Drucilla Cornell |
Drucilla Cornell is a professor of law, women's studies and political science at Rutgers University. Prior to beginning her academic life, she was a union organizer for a number of years, working for the U.A.W., the U.E., and the I.U.E. in California, New Jersey, and New York. Cornell played a key role in organizing the conferences on Deconstruction and Justice with Jacques Derrida, held at Cardozo Law School in 1989, 1990 and 1993. In addition, she has worked to coordinate the Law and Humanism Speakers Series with the Jacob Burns Institute for Advanced Legal Studies and the Committee on Liberal Studies at the New School for Social Research. Cornell was porfessor at the Benjamin N. Cardozo School of Law from 1989-1994 and spend the 1991-1992 academic year at the Institute for Advanced Study at Princeton. She has authored several books and numerous articles on critical theory, feminism and postmodern theories of ethics. She is also a produced playwright -- productions of her plays The Dream Cure and Background Interference have been performed in New York and Los Angeles.

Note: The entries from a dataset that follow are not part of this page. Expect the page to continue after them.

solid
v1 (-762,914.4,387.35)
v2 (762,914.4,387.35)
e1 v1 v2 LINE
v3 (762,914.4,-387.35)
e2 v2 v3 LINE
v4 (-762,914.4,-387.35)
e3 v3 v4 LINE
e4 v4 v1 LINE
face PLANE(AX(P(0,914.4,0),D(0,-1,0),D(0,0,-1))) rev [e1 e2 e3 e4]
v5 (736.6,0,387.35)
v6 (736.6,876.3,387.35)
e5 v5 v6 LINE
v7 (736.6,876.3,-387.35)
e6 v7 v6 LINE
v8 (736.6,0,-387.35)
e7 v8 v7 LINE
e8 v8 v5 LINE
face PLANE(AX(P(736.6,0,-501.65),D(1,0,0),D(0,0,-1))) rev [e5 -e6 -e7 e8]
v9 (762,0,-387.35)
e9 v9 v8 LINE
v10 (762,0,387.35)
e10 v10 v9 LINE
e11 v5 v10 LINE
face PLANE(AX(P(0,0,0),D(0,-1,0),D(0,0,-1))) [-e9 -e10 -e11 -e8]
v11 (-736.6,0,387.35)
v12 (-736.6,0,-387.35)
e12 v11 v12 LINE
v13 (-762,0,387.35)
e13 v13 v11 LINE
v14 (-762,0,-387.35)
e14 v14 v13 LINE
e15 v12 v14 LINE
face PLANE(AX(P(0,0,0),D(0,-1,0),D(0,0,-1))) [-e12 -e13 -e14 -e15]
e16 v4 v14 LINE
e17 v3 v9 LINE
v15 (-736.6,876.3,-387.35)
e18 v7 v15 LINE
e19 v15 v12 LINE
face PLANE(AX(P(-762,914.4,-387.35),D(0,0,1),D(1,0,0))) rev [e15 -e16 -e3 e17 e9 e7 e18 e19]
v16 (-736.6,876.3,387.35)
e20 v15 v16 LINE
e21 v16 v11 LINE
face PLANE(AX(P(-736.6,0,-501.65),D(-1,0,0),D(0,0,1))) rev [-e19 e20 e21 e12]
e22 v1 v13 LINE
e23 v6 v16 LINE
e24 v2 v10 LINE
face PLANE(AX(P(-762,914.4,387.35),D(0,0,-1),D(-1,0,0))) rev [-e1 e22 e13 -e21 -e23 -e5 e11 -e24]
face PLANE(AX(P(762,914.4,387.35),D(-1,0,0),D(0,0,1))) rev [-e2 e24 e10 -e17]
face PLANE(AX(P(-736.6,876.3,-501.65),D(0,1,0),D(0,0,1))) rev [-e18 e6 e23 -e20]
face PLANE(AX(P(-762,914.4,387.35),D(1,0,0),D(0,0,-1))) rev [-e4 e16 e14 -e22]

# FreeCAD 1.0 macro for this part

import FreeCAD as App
import Part
import Sketcher

V = App.Vector
Q = App.Units.Quantity

doc = App.newDocument("Part")
params = doc.addObject("Spreadsheet::Sheet", "Params")
for row, (alias, value) in enumerate([
    ("sketch1_width", "60 in"),
    ("sketch1_height", "30.5 in"),
    ("pad1_length", "36 in"),
    ("sketch2_width", "58 in"),
    ("sketch2_height", "34.5 in"),
    ("pocket1_length", "35 in"),
], start=1):
    params.set(f"A{row}", alias)
    params.set(f"B{row}", "=" + value)
    params.setAlias(f"B{row}", alias)

body = doc.addObject("PartDesign::Body", "Body")

# Sketch on XZ plane
sketch1 = body.newObject("Sketcher::SketchObject", "Sketch")
sketch1.AttachmentSupport = (doc.getObject("XZ_Plane"), [""])
sketch1.MapMode = "FlatFace"
sketch1.addGeometry([
    Part.LineSegment(V(-762, -387, 0), V(-762, 387, 0)),
    Part.LineSegment(V(-762, 387, 0), V(762, 387, 0)),
    Part.LineSegment(V(762, 387, 0), V(762, -387, 0)),
    Part.LineSegment(V(762, -387, 0), V(-762, -387, 0)),
], False)
sketch1.addConstraint([
    Sketcher.Constraint("Coincident", 0, 2, 1, 1),
    Sketcher.Constraint("Coincident", 1, 2, 2, 1),
    Sketcher.Constraint("Coincident", 2, 2, 3, 1),
    Sketcher.Constraint("Coincident", 3, 2, 0, 1),
    Sketcher.Constraint("Vertical", 0),
    Sketcher.Constraint("Horizontal", 1),
    Sketcher.Constraint("Vertical", 2),
    Sketcher.Constraint("Horizontal", 3),
    Sketcher.Constraint("Symmetric", 0, 2, 2, 2, -1, 1),
    Sketcher.Constraint("DistanceX", 1, 1, 1, 2, Q("60 in")),
    Sketcher.Constraint("DistanceY", 0, 1, 0, 2, Q("30.5 in")),
])
sketch1.setExpression("Constraints[9]", "Params.sketch1_width")
sketch1.setExpression("Constraints[10]", "Params.sketch1_height")
pad1 = body.newObject("PartDesign::Pad", "Pad")
pad1.Profile = sketch1
pad1.setExpression("Length", "Params.pad1_length")
pad1.Reversed = True

# Sketch on XY plane
sketch2 = body.newObject("Sketcher::SketchObject", "Sketch001")
sketch2.AttachmentSupport = (doc.getObject("XY_Plane"), [""])
sketch2.MapMode = "FlatFace"
sketch2.AttachmentOffset = App.Placement(V(0, 0, 15.25 * 25.4), App.Rotation())
sketch2.addGeometry([
    Part.LineSegment(V(-737, 876, 0), V(-737, 0, 0)),
    Part.LineSegment(V(-737, 0, 0), V(737, 0, 0)),
    Part.LineSegment(V(737, 0, 0), V(737, 876, 0)),
    Part.LineSegment(V(737, 876, 0), V(-737, 876, 0)),
], False)
sketch2.addConstraint([
    Sketcher.Constraint("Coincident", 0, 2, 1, 1),
    Sketcher.Constraint("Coincident", 1, 2, 2, 1),
    Sketcher.Constraint("Coincident", 2, 2, 3, 1),
    Sketcher.Constraint("Coincident", 3, 2, 0, 1),
    Sketcher.Constraint("Vertical", 0),
    Sketcher.Constraint("Horizontal", 1),
    Sketcher.Constraint("Vertical", 2),
    Sketcher.Constraint("Horizontal", 3),
    Sketcher.Constraint("Symmetric", 0, 2, 1, 2, -1, 1),
    Sketcher.Constraint("DistanceX", 1, 1, 1, 2, Q("58 in")),
    Sketcher.Constraint("DistanceY", 0, 2, 0, 1, Q("34.5 in")),
])
sketch2.setExpression("Constraints[9]", "Params.sketch2_width")
sketch2.setExpression("Constraints[10]", "Params.sketch2_height")
pocket1 = body.newObject("PartDesign::Pocket", "Pocket")
pocket1.Profile = sketch2
pocket1.setExpression("Length", "Params.pocket1_length")

doc.recompute()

"On Drucilla Cornell," by Sara Murphy
[Copyright 1998 Sara Murphy.]
Particularly in U. S. feminist theory, the values of equality and freedom have been frequently pitted against each other, creating a deadlock between a "formal equality" feminism and what is often termed a "difference feminism." In their attempts to adjudicate between the competing claims of equality and freedom, both of these positions, generally understood, have been accused of reinforcing and reifying culturally constructed gender binaries. In the Imaginary Domain (1995), Cornell seeks a way out of this deadlock. As always, her work situates itself at the crossroads of many disciplines: law, political philosophy, feminist theory, psychoanalysis But here she specifically seeks to establish a feminist alliance with John Rawls' Kantian constructivist project In effect, this involves rescussitating some categories that much post- structuralist thinking had presumed D.O.A. in the nineties: the person, privacy, and rights. Yet if Cornell is here breathing life back into a philosophical project that recent thinkers had deemed untenable, she is doing so in a way that takes these categories apart precisely by acknowledging their importance to any political dream of freedom, a dream that here begins with a reconception of the idea of the person.
Rather than understanding the person as a fixed, highly abstract entity upon which liberal thought rests, Cornell introduces the idea of the person as "a possibility, an aspiration which...can never be fulfilled once and for all" [The Imaginary Domain, 5]. Far from the stable entity presumed by the traditional subject of philosophy, this "person" is understood as an ideal for which we all struggle. But once this understanding is put into place, what becomes of the traditional categories through which political philosophy has defined the person: the distinction between public and private, for example, and the concept of rights? If we cannot begin by assuming the free person whom liberal political theory has historically envisioned as choosing to sign the social contract, argues Cornell, neither can we engage in a full-scale elaboration of the conditions of free personhood. What she does instead is argue for the "imaginary domain," space for "re-imagining who one is and who one seeks to become"[6]. The state cannot give us the freedom to transform ourselves; law cannot guarantee us the success of our struggle.
What law can do is ensure that everyone has an equivalent chance at that struggle to transform her or himself into a person. Cornell argues that in order to ensure that chance three conditions must be furfilled; she calls them "minimum conditions of individuation." The degree zero for the imaginary domain entails the protection of bodily integrity, access to symbolic forms, and the protection of the imaginary domain itself. In calling upon law neither to assume a person nor to establish the conditions and limits of personhood, but rather to preserve and protect the minimum conditions necessary for human beings to engage each in her own way the struggle for personhood, Cornell shifts the terms of debate in feminism, law, and cultural politics.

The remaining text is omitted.